Under Hate Crimes: Larceny-Theft, Simple Assault, Intimidation, and Destruction/Damage/Vandalism of Property are included in your Campus Security statistics only if they are Hate Crimes.
• Stalking: Purposefully engaging in a course of conduct directed at a specific individual that would cause a reasonable individual to fear for his or her safety or the safety of another person; feel seriously alarmed, disturbed or frightened; or suffer emotional distress.
• Dating Violence: The term ‘‘dating violence’’ means violence committed by a person:
(A) who is or has been in a social relationship of a romantic or intimate nature with the victim; and
(B) where the existence of such a relationship shall be determined based on the following factors:
(i) The length of the relationship
(ii) The type of relationship
(iii) The frequency of interaction between the persons involved in the relationship.
• Domestic Violence: The term ‘‘domestic violence’’ includes felony or misdemeanor crimes of violence committed by a current or former spouse of the victim, by a person with whom the victim shares a child in common, by a person who is cohabitating with or has cohabitated with the victim as a spouse, by a person similarly situated to a spouse of the victim under the domestic or family violence laws of D.C. (includes past or present marriage, domestic partnership, romantic, dating, or sexual relationship), by a former spouse or similarly situated person against a victim who is in a subsequent relationship with a former spouse or similarly situated person, or by any other person against a victim who is protected from that person’s acts under the domestic or family violence laws of D.C.
• Motor Vehicle Theft: The theft or attempted theft of a motor vehicle.
• Theft: Unlawful taking of another’s property.
• Intimidation: Threats of bodily injury to another person.
• Assault: Unlawful contact causing bodily injury.
• Destruction/damage/vandalism of property.
Does It Matter Where the Crime Occurred – On or Off Campus?
The institution must provide a geographic breakdown of the crime statistics by four categories:
• On campus: Main campus between Michigan Avenue and Taylor Street, Harewood Road and John McCormack Road; the Raymond A. DuFour Athletic Center and grounds; west campus: between Harewood Road and North Capitol Street, bounded on the south by the property of the Basilica and on the north by the property of the Saint John Paul II Shrine. On campus also includes the Barnes and Noble Bookstore on Monroe Street and The Theological College on Michigan Avenue.
• On campus and in a residence hall or other residential facility for students on campus;
• Non-campus building or property for Catholic University purposes includes any foreign campuses or building or property owned or controlled by the University and used for educational purposes (including through a lease agreement).

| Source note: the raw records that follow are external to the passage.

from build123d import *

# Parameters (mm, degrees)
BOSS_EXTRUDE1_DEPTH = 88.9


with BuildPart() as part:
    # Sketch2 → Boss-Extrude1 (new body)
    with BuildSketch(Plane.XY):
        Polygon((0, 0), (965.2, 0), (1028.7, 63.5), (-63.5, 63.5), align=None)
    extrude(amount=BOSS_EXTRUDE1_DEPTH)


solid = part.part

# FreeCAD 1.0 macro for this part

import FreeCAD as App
import Part
import Sketcher
from FreeCAD import Vector
Q = App.Units.Quantity


def add_polygon(sketch, points):
    """Adds a closed chain of lines whose ends are joined by coincident constraints."""
    first, n = sketch.GeometryCount, len(points)
    for a, b in zip(points, points[1:] + points[:1]):
        sketch.addGeometry(Part.LineSegment(App.Vector(*a, 0), App.Vector(*b, 0)), False)
    for i in range(n):
        sketch.addConstraint(Sketcher.Constraint("Coincident", first + i, 2, first + (i + 1) % n, 1))

doc = App.newDocument("Part")
params = doc.addObject("Spreadsheet::Sheet", "Params")
for row, (alias, value) in enumerate([
    ("sketch1_width", "38 in"),
    ("sketch1_width2", "43 in"),
    ("pad1_length", "3.5 in"),
], start=1):
    params.set(f"A{row}", alias)
    params.set(f"B{row}", "=" + value)
    params.setAlias(f"B{row}", alias)

body = doc.addObject("PartDesign::Body", "Body")

# Sketch on XY plane
sketch1 = body.newObject("Sketcher::SketchObject", "Sketch")
sketch1.AttachmentSupport = (doc.getObject("XY_Plane"), [""])
sketch1.MapMode = "FlatFace"
add_polygon(sketch1, [(0, 0), (965, 0), (1029, 64), (-64, 64)])  # lines 0-3
sketch1.addConstraint(Sketcher.Constraint("Horizontal", 0))
sketch1.addConstraint(Sketcher.Constraint("Horizontal", 2))
sketch1.addConstraint(Sketcher.Constraint("Coincident", 3, 2, -1, 1))
sketch1.addConstraint(Sketcher.Constraint("Perpendicular", 1, 3))
sketch1.addConstraint(Sketcher.Constraint("Equal", 1, 3))
sketch1.addConstraint(Sketcher.Constraint("DistanceX", 0, 1, 0, 2, Q("38 in")))
sketch1.addConstraint(Sketcher.Constraint("DistanceX", 2, 2, 2, 1, Q("43 in")))
sketch1.setExpression("Constraints[9]", "Params.sketch1_width")
sketch1.setExpression("Constraints[10]", "Params.sketch1_width2")
pad1 = body.newObject("PartDesign::Pad", "Pad")
pad1.Profile = sketch1
pad1.setExpression("Length", "Params.pad1_length")

doc.recompute()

• On public property that immediately borders and is accessible to the University campus. This includes all public streets bordering the main campus and west campus. Public property consists of a public sidewalk that borders the campus, the public street along the sidewalk, and the public sidewalk on the other side of the street. Only those portions of the sidewalk, street, and sidewalk that are adjacent to campus are included.
Further Resources: How Do I Report a Crime?
*The Dean of Students’ Office counts the number of students referred for campus disciplinary actions for alcohol, drug or illegal weapon violations for the purpose of Campus Security reporting.